Hence, A is a factor of C because on dividing  C by A, the remainder is zero

for example since
(i)4x3=12 and 12x1=12, 1, 3, 4 and 12 are all factors (or divisors) of 12 and 12 is a multiple of each of the numbers 1, 3, 4, and 12.
(ii)2x4=8 2x2x4=8, and 1x8=8, 1, 2, 4, and 8 are all factors of 8 and 8 is a multiple of each of the number 1, 2, 4, and 8.

Similary
18 has factors f18={1, 2, 3, 6, 9, 18}.

42 has factors f42={1, 2, 3, 6, 7, 14, 21, 42}.
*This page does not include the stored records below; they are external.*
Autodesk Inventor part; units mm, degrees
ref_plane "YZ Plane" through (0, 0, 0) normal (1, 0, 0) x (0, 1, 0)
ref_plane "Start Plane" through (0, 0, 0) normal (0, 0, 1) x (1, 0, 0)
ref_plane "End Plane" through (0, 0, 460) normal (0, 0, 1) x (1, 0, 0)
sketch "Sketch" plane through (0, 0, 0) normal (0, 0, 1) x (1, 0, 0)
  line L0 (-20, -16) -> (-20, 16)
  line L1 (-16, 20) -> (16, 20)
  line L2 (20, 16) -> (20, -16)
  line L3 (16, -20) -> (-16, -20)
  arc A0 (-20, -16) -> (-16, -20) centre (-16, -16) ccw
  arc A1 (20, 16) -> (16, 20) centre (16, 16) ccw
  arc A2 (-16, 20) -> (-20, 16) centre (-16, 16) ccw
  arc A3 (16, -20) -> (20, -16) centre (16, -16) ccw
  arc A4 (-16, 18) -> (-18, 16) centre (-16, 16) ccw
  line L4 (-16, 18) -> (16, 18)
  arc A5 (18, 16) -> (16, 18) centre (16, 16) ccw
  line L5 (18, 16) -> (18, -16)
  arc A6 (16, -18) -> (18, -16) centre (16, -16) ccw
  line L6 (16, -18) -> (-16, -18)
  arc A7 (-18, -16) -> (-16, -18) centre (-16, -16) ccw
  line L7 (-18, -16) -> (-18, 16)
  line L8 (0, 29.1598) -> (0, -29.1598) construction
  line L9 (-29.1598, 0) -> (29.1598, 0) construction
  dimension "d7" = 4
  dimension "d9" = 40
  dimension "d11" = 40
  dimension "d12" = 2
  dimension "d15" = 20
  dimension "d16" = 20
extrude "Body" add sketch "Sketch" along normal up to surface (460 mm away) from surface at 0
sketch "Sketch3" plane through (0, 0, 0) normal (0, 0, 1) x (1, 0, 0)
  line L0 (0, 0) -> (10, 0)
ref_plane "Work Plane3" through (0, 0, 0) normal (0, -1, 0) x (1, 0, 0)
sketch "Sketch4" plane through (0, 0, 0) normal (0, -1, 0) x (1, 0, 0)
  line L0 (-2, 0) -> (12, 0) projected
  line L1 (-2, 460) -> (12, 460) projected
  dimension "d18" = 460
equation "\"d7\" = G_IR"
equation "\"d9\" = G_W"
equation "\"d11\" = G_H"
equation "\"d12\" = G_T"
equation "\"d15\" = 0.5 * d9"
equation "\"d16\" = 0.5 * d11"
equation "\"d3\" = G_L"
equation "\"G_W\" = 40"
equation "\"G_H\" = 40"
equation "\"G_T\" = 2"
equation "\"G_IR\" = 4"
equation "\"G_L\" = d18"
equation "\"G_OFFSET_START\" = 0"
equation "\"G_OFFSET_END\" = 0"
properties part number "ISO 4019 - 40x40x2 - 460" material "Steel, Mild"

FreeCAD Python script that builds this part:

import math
import FreeCAD as App
import Part
import Sketcher
Q = App.Units.Quantity

doc = App.newDocument("Part")
body = doc.addObject("PartDesign::Body", "Body")

# Sketch on XY plane
sketch1 = doc.addObject("Sketcher::SketchObject", "Sketch")
body.addObject(sketch1)
sketch1.AttachmentSupport = (doc.XY_Plane, [""])
sketch1.MapMode = "FlatFace"
sketch1.addGeometry(Part.LineSegment(App.Vector(-20, 16, 0), App.Vector(-20, -16, 0)), False)
sketch1.addGeometry(Part.ArcOfCircle(Part.Circle(App.Vector(-16, -16, 0), App.Vector(0, 0, 1), 4), math.radians(180), math.radians(270)), False)
sketch1.addGeometry(Part.LineSegment(App.Vector(-16, -20, 0), App.Vector(16, -20, 0)), False)
sketch1.addGeometry(Part.ArcOfCircle(Part.Circle(App.Vector(16, -16, 0), App.Vector(0, 0, 1), 4), math.radians(-90), math.radians(0)), False)
sketch1.addGeometry(Part.LineSegment(App.Vector(20, -16, 0), App.Vector(20, 16, 0)), False)
sketch1.addGeometry(Part.ArcOfCircle(Part.Circle(App.Vector(16, 16, 0), App.Vector(0, 0, 1), 4), math.radians(0), math.radians(90)), False)
sketch1.addGeometry(Part.LineSegment(App.Vector(16, 20, 0), App.Vector(-16, 20, 0)), False)
sketch1.addGeometry(Part.ArcOfCircle(Part.Circle(App.Vector(-16, 16, 0), App.Vector(0, 0, 1), 4), math.radians(90), math.radians(180)), False)
sketch1.addGeometry(Part.ArcOfCircle(Part.Circle(App.Vector(-16, 16, 0), App.Vector(0, 0, 1), 2), math.radians(90), math.radians(180)), False)
sketch1.addGeometry(Part.LineSegment(App.Vector(-16, 18, 0), App.Vector(16, 18, 0)), False)
sketch1.addGeometry(Part.ArcOfCircle(Part.Circle(App.Vector(16, 16, 0), App.Vector(0, 0, 1), 2), math.radians(0), math.radians(90)), False)
sketch1.addGeometry(Part.LineSegment(App.Vector(18, 16, 0), App.Vector(18, -16, 0)), False)
sketch1.addGeometry(Part.ArcOfCircle(Part.Circle(App.Vector(16, -16, 0), App.Vector(0, 0, 1), 2), math.radians(-90), math.radians(0)), False)
sketch1.addGeometry(Part.LineSegment(App.Vector(16, -18, 0), App.Vector(-16, -18, 0)), False)
sketch1.addGeometry(Part.ArcOfCircle(Part.Circle(App.Vector(-16, -16, 0), App.Vector(0, 0, 1), 2), math.radians(180), math.radians(270)), False)
sketch1.addGeometry(Part.LineSegment(App.Vector(-18, -16, 0), App.Vector(-18, 16, 0)), False)
sketch1.addConstraint(Sketcher.Constraint("Tangent", 0, 2, 1, 1))
sketch1.addConstraint(Sketcher.Constraint("Tangent", 1, 2, 2, 1))
sketch1.addConstraint(Sketcher.Constraint("Tangent", 2, 2, 3, 1))
sketch1.addConstraint(Sketcher.Constraint("Tangent", 3, 2, 4, 1))
sketch1.addConstraint(Sketcher.Constraint("Tangent", 4, 2, 5, 1))
sketch1.addConstraint(Sketcher.Constraint("Tangent", 5, 2, 6, 1))
sketch1.addConstraint(Sketcher.Constraint("Tangent", 6, 2, 7, 1))
sketch1.addConstraint(Sketcher.Constraint("Tangent", 7, 2, 0, 1))
sketch1.addConstraint(Sketcher.Constraint("Tangent", 8, 1, 9, 1))
sketch1.addConstraint(Sketcher.Constraint("Tangent", 9, 2, 10, 2))
sketch1.addConstraint(Sketcher.Constraint("Tangent", 10, 1, 11, 1))
sketch1.addConstraint(Sketcher.Constraint("Tangent", 11, 2, 12, 2))
sketch1.addConstraint(Sketcher.Constraint("Tangent", 12, 1, 13, 1))
sketch1.addConstraint(Sketcher.Constraint("Tangent", 13, 2, 14, 2))
sketch1.addConstraint(Sketcher.Constraint("Tangent", 14, 1, 15, 1))
sketch1.addConstraint(Sketcher.Constraint("Tangent", 15, 2, 8, 2))
sketch1.addConstraint(Sketcher.Constraint("Vertical", 0))
sketch1.addConstraint(Sketcher.Constraint("Horizontal", 2))
sketch1.addConstraint(Sketcher.Constraint("Vertical", 4))
sketch1.addConstraint(Sketcher.Constraint("Horizontal", 6))
sketch1.addConstraint(Sketcher.Constraint("Horizontal", 9))
sketch1.addConstraint(Sketcher.Constraint("Vertical", 11))
sketch1.addConstraint(Sketcher.Constraint("Horizontal", 13))
sketch1.addConstraint(Sketcher.Constraint("Vertical", 15))
sketch1.addConstraint(Sketcher.Constraint("Coincident", 8, 3, 7, 3))
sketch1.addConstraint(Sketcher.Constraint("Coincident", 10, 3, 5, 3))
sketch1.addConstraint(Sketcher.Constraint("Coincident", 12, 3, 3, 3))
sketch1.addConstraint(Sketcher.Constraint("Equal", 1, 3))
sketch1.addConstraint(Sketcher.Constraint("Equal", 3, 5))
sketch1.addConstraint(Sketcher.Constraint("Equal", 5, 7))
sketch1.addConstraint(Sketcher.Constraint("Equal", 12, 14))
sketch1.addConstraint(Sketcher.Constraint("Symmetric", 1, 3, 5, 3, -1, 1))
sketch1.addConstraint(Sketcher.Constraint("Equal", 13, 0))
sketch1.addConstraint(Sketcher.Constraint("Radius", 1, Q("4 mm")))
sketch1.addConstraint(Sketcher.Constraint("Radius", 8, Q("2 mm")))
sketch1.addConstraint(Sketcher.Constraint("DistanceX", 0, 2, -1, 1, Q("20 mm")))
pad1 = doc.addObject("PartDesign::Pad", "Pad")
body.addObject(pad1)
pad1.Profile = sketch1
pad1.Length = 460

doc.recompute()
2 has multiples M2={2, 4, 6, 8, 10,...., 2n} where n is an integral number. 

6 has multiples M6={6, 12, 18, 24,...., 6n} where n is an integral number. 

from the above results we can conclude that :

(i)one is a factor of every number.

(ii)The only factor of one is one itself.

(iii)Every natural number is a factor of itself.

(iv)Every number has at least two factors, namely 1 and itself.

(v)Every factor of a number is less than or equal to that number.

(vi)Every number has a finite number of factors.

(vii)Every number is a multiple of itself.

(viii)Every multiple of a number is greater than or equal to the  and  number 
itself.

(ix)Every number has an infinite number of its multiples.